What a great response from a customer. First, someone, be it the sales manager or owner but someone in authority should write a formal thank you letter for such honest feedback. Including theatre tickets or a nice gift basket is a nice touch.  I can't say whether restitution should be made for particular mistakes as you didn't describe any but from your post, I'd say if they aren't asking, just take the review to heart. And let them know in the letter that you are doing so. 

     From what you posted, that's the kind of feedback every good place hopes to get. They weren't looking for anything and stated they will use you again. They just want you to be aware, as you should be. If no one tells you, how are you supposed to know? And why can't someone tell you without asking for something in return? These people did just that. 

 I suspect they probably paid the bill without delay. 

     I'm sure your staff will be reviewing all the appropriate commentary to insure those issues are taken care of from here on out, no matter who the customer may be. 

     I once received a letter of complaint, unsigned, no return address, nothing said while the customer was in the restaurant. Pretty useless.


----------



## brianshaw (Dec 18, 2010)

Could be a case of constructive criticism more than a complaint. Thank them and seriously consider implementing changes that my apply.


----------



## meezenplaz (Jan 31, 2012)

> What a great response from a customer.
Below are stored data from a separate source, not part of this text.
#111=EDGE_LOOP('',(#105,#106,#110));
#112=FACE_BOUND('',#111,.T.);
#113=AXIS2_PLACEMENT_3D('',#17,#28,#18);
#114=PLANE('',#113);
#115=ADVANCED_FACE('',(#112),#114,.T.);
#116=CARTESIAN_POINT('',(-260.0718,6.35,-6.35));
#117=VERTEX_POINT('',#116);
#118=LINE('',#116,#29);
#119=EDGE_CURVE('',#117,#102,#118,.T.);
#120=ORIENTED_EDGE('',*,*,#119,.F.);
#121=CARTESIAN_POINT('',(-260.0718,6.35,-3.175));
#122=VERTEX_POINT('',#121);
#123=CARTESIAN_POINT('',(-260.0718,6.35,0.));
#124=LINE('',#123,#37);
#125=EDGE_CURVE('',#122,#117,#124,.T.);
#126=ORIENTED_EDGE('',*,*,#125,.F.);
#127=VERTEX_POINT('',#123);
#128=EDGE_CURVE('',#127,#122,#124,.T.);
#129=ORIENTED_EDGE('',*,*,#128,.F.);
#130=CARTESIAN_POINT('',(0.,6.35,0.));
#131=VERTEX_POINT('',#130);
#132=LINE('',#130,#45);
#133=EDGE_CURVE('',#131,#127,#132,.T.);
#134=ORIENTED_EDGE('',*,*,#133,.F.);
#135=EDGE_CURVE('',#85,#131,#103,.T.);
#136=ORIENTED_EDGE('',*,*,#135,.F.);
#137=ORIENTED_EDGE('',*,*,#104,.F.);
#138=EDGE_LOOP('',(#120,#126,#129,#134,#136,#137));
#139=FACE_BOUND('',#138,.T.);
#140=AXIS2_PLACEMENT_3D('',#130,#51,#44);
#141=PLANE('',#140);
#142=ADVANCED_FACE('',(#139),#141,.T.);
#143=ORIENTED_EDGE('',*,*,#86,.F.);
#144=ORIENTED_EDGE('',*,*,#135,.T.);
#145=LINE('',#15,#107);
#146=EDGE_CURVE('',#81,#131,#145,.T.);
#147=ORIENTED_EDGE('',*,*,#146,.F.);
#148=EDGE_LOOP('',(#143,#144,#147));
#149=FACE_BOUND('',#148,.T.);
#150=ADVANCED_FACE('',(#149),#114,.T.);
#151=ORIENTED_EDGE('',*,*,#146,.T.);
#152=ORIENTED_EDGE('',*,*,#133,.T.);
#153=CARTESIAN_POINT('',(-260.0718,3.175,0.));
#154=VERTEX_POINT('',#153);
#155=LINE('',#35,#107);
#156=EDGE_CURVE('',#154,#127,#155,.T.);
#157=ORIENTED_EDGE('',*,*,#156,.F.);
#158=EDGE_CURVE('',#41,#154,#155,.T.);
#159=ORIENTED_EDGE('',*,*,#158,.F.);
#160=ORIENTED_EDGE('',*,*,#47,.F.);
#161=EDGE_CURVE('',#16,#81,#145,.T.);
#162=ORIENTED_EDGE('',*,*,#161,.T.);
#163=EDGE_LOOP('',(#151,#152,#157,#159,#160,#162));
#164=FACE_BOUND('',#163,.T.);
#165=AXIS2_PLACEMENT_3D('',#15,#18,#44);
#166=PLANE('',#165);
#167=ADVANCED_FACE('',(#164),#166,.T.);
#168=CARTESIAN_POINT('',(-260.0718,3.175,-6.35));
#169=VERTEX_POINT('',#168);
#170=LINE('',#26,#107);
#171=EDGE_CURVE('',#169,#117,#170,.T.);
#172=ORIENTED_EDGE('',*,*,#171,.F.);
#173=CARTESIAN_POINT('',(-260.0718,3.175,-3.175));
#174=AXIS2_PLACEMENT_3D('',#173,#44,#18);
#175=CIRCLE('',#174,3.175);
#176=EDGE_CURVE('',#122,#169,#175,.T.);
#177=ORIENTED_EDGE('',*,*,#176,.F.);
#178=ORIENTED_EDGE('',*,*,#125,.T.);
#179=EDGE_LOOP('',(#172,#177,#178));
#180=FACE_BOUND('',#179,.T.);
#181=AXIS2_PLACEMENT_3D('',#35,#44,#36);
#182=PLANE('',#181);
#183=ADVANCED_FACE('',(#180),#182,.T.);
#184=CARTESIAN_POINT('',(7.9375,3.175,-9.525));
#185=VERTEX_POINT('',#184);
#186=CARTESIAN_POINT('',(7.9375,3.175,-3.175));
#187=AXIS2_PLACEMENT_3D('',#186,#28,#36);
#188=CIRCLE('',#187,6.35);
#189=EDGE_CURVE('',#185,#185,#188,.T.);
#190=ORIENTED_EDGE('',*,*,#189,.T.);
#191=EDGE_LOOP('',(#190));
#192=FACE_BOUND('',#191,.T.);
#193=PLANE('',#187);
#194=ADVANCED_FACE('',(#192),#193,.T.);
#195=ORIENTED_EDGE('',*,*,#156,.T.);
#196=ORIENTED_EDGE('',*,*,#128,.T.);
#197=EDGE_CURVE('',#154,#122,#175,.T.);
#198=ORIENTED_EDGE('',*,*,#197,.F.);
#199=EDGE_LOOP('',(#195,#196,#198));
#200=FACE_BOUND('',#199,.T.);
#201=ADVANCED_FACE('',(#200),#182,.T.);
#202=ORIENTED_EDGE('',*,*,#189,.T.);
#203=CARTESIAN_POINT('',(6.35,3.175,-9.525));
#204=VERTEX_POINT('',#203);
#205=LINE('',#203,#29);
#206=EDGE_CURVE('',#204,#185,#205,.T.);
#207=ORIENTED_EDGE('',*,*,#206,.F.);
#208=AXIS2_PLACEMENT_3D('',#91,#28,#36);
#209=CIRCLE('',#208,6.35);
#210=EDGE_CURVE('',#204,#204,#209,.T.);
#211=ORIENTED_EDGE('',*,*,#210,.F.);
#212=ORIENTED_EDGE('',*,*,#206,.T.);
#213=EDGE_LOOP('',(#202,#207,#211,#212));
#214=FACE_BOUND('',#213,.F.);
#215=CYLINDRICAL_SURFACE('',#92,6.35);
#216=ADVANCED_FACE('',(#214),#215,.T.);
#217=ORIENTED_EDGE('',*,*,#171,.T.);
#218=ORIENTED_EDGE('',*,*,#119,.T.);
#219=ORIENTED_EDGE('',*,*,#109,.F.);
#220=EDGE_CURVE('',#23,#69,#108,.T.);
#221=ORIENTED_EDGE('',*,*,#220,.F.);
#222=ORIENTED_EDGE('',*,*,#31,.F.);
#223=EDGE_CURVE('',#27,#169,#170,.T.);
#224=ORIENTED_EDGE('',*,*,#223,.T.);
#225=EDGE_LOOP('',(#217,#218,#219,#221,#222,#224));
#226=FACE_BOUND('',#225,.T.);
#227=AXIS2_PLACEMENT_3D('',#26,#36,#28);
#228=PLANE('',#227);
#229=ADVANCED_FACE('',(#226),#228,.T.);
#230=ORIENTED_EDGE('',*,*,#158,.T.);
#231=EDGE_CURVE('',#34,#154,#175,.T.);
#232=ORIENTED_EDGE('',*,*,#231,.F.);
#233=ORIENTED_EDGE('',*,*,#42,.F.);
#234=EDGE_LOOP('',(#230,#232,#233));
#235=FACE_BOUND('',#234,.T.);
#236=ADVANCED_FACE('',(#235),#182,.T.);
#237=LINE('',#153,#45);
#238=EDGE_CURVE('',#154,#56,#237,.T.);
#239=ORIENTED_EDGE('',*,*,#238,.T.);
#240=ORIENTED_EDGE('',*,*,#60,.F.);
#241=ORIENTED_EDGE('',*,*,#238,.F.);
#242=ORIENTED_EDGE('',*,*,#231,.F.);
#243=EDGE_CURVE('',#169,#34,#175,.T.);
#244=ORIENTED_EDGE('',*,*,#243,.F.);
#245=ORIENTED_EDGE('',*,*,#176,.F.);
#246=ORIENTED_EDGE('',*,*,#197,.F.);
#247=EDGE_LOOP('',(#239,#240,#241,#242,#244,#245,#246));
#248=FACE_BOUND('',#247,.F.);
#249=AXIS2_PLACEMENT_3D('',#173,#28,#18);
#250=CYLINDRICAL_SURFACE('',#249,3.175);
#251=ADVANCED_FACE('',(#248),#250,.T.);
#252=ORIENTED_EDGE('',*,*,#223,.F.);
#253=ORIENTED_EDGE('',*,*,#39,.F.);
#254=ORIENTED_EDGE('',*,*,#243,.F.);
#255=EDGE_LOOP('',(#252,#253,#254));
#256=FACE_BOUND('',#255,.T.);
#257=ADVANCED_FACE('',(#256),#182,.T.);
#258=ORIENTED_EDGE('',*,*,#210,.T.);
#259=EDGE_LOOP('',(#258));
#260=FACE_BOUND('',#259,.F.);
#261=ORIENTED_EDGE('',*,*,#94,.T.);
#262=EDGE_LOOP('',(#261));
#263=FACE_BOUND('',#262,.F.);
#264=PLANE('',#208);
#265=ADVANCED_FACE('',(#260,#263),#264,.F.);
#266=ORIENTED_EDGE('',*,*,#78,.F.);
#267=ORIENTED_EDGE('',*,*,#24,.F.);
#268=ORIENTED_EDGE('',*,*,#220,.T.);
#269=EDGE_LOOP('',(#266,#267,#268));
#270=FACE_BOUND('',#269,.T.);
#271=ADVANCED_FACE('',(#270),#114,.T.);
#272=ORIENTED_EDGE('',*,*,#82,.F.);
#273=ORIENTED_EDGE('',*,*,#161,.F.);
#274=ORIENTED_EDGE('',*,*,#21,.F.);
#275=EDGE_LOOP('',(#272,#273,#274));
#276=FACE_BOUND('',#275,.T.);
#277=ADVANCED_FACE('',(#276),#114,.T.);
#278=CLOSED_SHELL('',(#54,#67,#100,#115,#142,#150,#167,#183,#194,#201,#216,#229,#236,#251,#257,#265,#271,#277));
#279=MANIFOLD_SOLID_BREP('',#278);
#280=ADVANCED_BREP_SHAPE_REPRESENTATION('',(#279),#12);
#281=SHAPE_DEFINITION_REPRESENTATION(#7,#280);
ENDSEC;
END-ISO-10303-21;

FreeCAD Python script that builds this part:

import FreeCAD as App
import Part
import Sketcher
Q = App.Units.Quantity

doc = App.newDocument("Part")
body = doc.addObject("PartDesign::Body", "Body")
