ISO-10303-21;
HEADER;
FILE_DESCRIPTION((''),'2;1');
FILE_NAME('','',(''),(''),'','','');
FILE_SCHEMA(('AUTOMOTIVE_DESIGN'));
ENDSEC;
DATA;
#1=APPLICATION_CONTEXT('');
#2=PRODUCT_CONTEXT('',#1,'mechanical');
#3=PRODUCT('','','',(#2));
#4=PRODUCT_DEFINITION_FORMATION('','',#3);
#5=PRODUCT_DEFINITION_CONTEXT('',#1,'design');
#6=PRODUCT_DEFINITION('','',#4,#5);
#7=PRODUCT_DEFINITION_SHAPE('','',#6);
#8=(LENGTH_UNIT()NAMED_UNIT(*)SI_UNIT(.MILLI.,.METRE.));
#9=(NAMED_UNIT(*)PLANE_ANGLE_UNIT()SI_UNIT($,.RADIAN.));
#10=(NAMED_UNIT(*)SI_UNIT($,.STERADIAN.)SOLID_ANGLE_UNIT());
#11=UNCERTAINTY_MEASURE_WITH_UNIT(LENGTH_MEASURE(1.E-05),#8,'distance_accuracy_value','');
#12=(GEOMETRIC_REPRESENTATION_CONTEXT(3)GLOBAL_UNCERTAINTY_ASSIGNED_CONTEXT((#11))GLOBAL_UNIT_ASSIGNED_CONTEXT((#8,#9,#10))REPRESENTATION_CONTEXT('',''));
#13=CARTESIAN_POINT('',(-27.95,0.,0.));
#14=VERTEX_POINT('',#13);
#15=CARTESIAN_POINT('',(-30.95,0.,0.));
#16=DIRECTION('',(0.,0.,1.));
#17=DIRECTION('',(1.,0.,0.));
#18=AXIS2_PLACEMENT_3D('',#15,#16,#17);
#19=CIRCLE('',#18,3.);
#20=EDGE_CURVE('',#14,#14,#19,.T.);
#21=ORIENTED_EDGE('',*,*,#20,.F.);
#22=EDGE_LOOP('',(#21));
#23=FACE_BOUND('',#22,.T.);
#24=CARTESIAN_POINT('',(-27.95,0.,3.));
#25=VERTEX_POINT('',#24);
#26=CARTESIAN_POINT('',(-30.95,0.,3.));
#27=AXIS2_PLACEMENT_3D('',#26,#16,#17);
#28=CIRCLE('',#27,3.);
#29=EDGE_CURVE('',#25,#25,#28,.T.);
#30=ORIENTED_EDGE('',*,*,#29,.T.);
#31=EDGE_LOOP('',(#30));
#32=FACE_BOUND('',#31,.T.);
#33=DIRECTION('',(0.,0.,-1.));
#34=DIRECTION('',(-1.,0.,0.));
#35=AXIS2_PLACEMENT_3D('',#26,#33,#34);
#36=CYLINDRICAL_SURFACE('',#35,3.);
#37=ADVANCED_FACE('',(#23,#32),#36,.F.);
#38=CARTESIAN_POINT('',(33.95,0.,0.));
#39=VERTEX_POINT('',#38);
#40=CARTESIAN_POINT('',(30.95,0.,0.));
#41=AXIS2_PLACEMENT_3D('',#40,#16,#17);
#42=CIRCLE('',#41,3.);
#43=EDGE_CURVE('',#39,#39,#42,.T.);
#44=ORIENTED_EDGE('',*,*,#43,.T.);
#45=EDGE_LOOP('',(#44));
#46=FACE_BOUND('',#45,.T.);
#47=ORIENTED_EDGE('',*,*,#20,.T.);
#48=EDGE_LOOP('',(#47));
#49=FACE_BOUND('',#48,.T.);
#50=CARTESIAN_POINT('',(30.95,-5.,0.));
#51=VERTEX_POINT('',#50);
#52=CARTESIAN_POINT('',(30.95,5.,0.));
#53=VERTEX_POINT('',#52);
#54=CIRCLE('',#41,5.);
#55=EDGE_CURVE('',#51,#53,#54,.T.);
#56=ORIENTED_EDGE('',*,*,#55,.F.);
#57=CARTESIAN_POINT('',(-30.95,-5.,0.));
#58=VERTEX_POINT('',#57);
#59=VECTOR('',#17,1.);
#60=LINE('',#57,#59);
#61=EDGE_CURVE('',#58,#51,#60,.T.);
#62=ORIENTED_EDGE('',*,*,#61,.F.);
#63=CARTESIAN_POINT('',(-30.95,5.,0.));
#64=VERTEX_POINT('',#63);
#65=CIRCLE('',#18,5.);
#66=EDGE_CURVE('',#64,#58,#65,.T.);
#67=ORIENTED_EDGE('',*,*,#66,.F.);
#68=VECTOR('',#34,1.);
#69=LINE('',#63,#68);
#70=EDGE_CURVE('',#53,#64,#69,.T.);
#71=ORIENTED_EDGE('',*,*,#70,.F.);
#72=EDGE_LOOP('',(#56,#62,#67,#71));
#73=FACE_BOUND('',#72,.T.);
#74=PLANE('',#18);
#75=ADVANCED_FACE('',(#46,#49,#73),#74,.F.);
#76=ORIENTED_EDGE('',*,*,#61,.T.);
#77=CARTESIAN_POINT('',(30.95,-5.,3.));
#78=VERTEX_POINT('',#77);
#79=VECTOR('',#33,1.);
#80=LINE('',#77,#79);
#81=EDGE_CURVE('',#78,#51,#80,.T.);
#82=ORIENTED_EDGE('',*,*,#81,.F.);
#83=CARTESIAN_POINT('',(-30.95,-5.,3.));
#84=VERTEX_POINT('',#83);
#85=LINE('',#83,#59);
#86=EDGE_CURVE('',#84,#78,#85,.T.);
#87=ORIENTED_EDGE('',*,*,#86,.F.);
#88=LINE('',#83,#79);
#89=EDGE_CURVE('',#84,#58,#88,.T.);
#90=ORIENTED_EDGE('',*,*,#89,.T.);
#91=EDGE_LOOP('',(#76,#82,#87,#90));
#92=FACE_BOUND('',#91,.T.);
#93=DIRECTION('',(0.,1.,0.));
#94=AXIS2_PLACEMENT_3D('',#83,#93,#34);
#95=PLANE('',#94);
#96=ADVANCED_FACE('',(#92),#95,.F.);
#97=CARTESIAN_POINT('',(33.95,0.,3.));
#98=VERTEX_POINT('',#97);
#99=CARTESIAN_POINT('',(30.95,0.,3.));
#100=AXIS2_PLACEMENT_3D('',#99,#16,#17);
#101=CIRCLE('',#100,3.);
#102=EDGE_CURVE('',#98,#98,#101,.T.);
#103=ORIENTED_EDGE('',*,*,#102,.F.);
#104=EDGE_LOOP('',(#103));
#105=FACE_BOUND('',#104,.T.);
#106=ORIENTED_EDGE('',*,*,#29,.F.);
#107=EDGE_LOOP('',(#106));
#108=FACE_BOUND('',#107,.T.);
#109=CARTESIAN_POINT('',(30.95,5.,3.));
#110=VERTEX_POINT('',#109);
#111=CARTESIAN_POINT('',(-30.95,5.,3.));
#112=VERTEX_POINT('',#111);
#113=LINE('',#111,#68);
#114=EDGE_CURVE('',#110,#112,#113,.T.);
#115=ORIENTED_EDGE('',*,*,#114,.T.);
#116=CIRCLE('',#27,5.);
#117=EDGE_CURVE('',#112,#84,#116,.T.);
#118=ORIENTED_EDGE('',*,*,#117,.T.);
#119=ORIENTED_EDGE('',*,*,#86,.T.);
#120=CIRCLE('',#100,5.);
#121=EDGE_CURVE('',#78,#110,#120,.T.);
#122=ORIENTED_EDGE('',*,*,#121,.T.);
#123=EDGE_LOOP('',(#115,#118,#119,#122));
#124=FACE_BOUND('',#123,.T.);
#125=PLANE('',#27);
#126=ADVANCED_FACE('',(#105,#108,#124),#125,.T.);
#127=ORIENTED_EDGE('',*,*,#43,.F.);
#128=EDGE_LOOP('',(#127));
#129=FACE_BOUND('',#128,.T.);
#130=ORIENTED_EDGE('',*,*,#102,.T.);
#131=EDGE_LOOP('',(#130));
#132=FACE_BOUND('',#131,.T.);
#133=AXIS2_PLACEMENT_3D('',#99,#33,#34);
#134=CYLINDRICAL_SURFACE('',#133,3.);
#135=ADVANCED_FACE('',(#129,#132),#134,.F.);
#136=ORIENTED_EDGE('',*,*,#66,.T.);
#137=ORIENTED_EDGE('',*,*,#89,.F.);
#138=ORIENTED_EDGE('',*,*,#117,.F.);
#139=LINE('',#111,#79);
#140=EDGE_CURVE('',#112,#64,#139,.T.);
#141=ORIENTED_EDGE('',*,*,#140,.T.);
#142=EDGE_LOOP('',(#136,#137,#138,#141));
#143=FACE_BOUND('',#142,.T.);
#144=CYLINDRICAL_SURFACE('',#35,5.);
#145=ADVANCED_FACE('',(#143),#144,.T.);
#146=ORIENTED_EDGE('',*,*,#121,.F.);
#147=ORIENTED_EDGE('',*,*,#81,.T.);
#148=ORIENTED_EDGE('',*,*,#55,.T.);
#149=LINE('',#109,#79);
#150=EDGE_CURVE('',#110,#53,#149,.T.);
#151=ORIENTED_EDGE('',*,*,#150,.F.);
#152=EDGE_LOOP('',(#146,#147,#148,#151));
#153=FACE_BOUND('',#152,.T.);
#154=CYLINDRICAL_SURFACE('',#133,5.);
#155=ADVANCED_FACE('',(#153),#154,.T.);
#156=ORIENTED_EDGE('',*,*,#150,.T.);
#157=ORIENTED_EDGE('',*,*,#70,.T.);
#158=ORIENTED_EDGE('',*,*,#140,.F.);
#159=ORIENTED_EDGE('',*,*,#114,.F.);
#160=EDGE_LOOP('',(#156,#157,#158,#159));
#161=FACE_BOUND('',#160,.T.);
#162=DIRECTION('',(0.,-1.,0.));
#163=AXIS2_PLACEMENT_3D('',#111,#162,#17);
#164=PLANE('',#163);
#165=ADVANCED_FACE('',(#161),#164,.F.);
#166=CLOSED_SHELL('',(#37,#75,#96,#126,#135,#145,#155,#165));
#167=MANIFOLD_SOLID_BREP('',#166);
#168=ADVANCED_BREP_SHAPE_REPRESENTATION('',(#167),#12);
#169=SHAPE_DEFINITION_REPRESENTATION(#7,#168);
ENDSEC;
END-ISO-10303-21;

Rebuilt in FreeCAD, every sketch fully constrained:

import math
import FreeCAD as App
import Part
import Sketcher
from FreeCAD import Vector

doc = App.newDocument("Part")
body = doc.addObject("PartDesign::Body", "Body")

sketch1 = body.newObject("Sketcher::SketchObject", "Sketch")
sketch1.AttachmentSupport = (doc.getObject("XY_Plane"), [""])
sketch1.MapMode = "FlatFace"
sketch1.addGeometry([
    Part.LineSegment(Vector(30.9, 5, 0), Vector(-30.9, 5, 0)),
    Part.ArcOfCircle(Part.Circle(Vector(-30.9, 0, 0), Vector(0, 0, 1), 5), math.radians(90), math.radians(270)),
    Part.LineSegment(Vector(-30.9, -5, 0), Vector(30.9, -5, 0)),
    Part.ArcOfCircle(Part.Circle(Vector(30.9, 0, 0), Vector(0, 0, 1), 5), math.radians(-90), math.radians(90)),
    Part.Circle(Vector(30.9, 0, 0), Vector(0, 0, 1), 3),
    Part.Circle(Vector(-30.9, 0, 0), Vector(0, 0, 1), 3),
], False)
sketch1.addConstraint([
    Sketcher.Constraint("Tangent", 0, 2, 1, 1),
    Sketcher.Constraint("Tangent", 1, 2, 2, 1),
    Sketcher.Constraint("Tangent", 2, 2, 3, 1),
    Sketcher.Constraint("Tangent", 3, 2, 0, 1),
    Sketcher.Constraint("Horizontal", 0),
    Sketcher.Constraint("Horizontal", 2),
    Sketcher.Constraint("Coincident", 4, 3, 3, 3),
    Sketcher.Constraint("Coincident", 5, 3, 1, 3),
    Sketcher.Constraint("Equal", 4, 5),
    Sketcher.Constraint("Symmetric", 1, 3, 3, 3, -1, 1),
    Sketcher.Constraint("Diameter", 4, 6.0),
    Sketcher.Constraint("Radius", 1, 5.0),
    Sketcher.Constraint("DistanceX", 0, 2, 0, 1, 61.9),
])
pad1 = body.newObject("PartDesign::Pad", "Pad")
pad1.Profile = sketch1
pad1.Length = 3

doc.recompute()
First, someone, be it the sales manager or owner but someone in authority should write a formal thank you letter for such honest feedback. Including theatre tickets or a nice gift basket is a nice touch.


I'm pretty much in agreement with this. (yeah because Chefwriter beat me to it) /img/vbsmilies/smilies/smile.gif

If this were my gig I would definitely send them a letter thanking them for the honest feedback and

mention their continued value as a customer.

However as compensation I would not (personally) offer anything .....extra-caterly.... that is, outside

the context of the business, like tickets, wal-mart gift certificates, dinner for two at Razzanini's, etc.

I would inform them I intend to give them a __% or __dollar discount on their next event, as a thank-

you for both the effort they expended in their feedback, and their lack of 100% satisfaction.

(A free item not normally included, like a dessert item or appetizer can work well too.)

And though you weren't really specific with what they said, you did mention food taste--I would ask

them to elaborate on which dishes and what was wrong or lacking, as a taste problem can be easily fixed.

(well hopefully by MOST of us /img/vbsmilies/smilies/tongue.gif) This open dialog might also be a good time to let them know of any

incentives you may have for any referrals they turn your way that result in booked business.

This overall approach has multiple benefits, one of which is to sway them to use you on an upcoming

event for which they may have more than one caterer in mind, or even considering doing it themselves

to save money.Getting that timely discount can make all the difference.


----------



## panini (Jul 28, 2001)

I certainly think the critique requires a response. I would put in writing the actions and resolutions for the technical issues. Taste is subjective, not everyone is going to like the taste or flavor of something. I would make available an opening for the author to attend any pre function tastings in the future. I agree with others, a token siree (outside the realm of food) might be appropriate.


----------



## mikeswoods (Jun 14, 2013)

Wow, Great to have a customer like that-----

Learn from this one and your business will improve----and thank them.


----------



## chefaran (Jul 1, 2015)

nothing says lets bury the hatchet like a huge basket of muffins w/ compound butters, fresh bread or cookies or pastry...........I would try and show a sign of good faith that you've listened to what they've had to say and that you're remorseful for their experience, shows great character on your and your companies part too....


----------



## jerusalem (Jun 25, 2015)

Thanks everybody for the suggestions - I realize that the issues he raised are in the form of constructive criticism. I wanted a few ideas on what to give him, be it a thank you note, gift, or discount in the future,


----------



## chef oddball (Jul 5, 2015)

I agree with the others that you should take the "review" to heart and dissect what it says. I share all reviews good & bad with my staff and we will then see what needs to be changed. If they will not accept a rebate/refund, and they will re-book then make a note. The next time they are in if they order 2 specialty salads give them 3 as a token of acknowledging what they said. Display the food differently on the buffet, change something so that they will know that you listened to what they said. If it's a service issue, next time ensure there are more servers in the room, or extra kitchen staff looking after the buffet, and answering allergy questions as well!!!!


----------



## joe banneke (Jun 16, 2015)

Hello,

have you rever heard about a "Rosstäuscher" ("horse swindler")? That's a person who tries to get a horse for little money by complaining you that your horse had all kinds of hitherto unrecogni(z/s)ed health issues.

German holiday makers have a worldwide reputation for creating the most preposterous lists of alleged faults.

There is one main reason for that: They try everything to get a retroactive discount! Complaining means re-negotiations.

If you are sure you did everything right you have to feel out whether that's the case here. If the customer tries to blackmail you by threatening to spoil your reputation that's a ... _yes_.

On the other hand if customers complain it might also mean they are looking for excuses for their own behaviour. I remember a German lady who at a party drank a lot of alcohol (of all sorts) and when she eventually threw up she pretended the fish had been unsound.../img/vbsmilies/smilies/laser.gif

/img/vbsmilies/smilies/chef.gif


----------



## brianshaw (Dec 18, 2010)

I knew about the concept and see it done too often... And learned a new word. I'll not forget that!


----------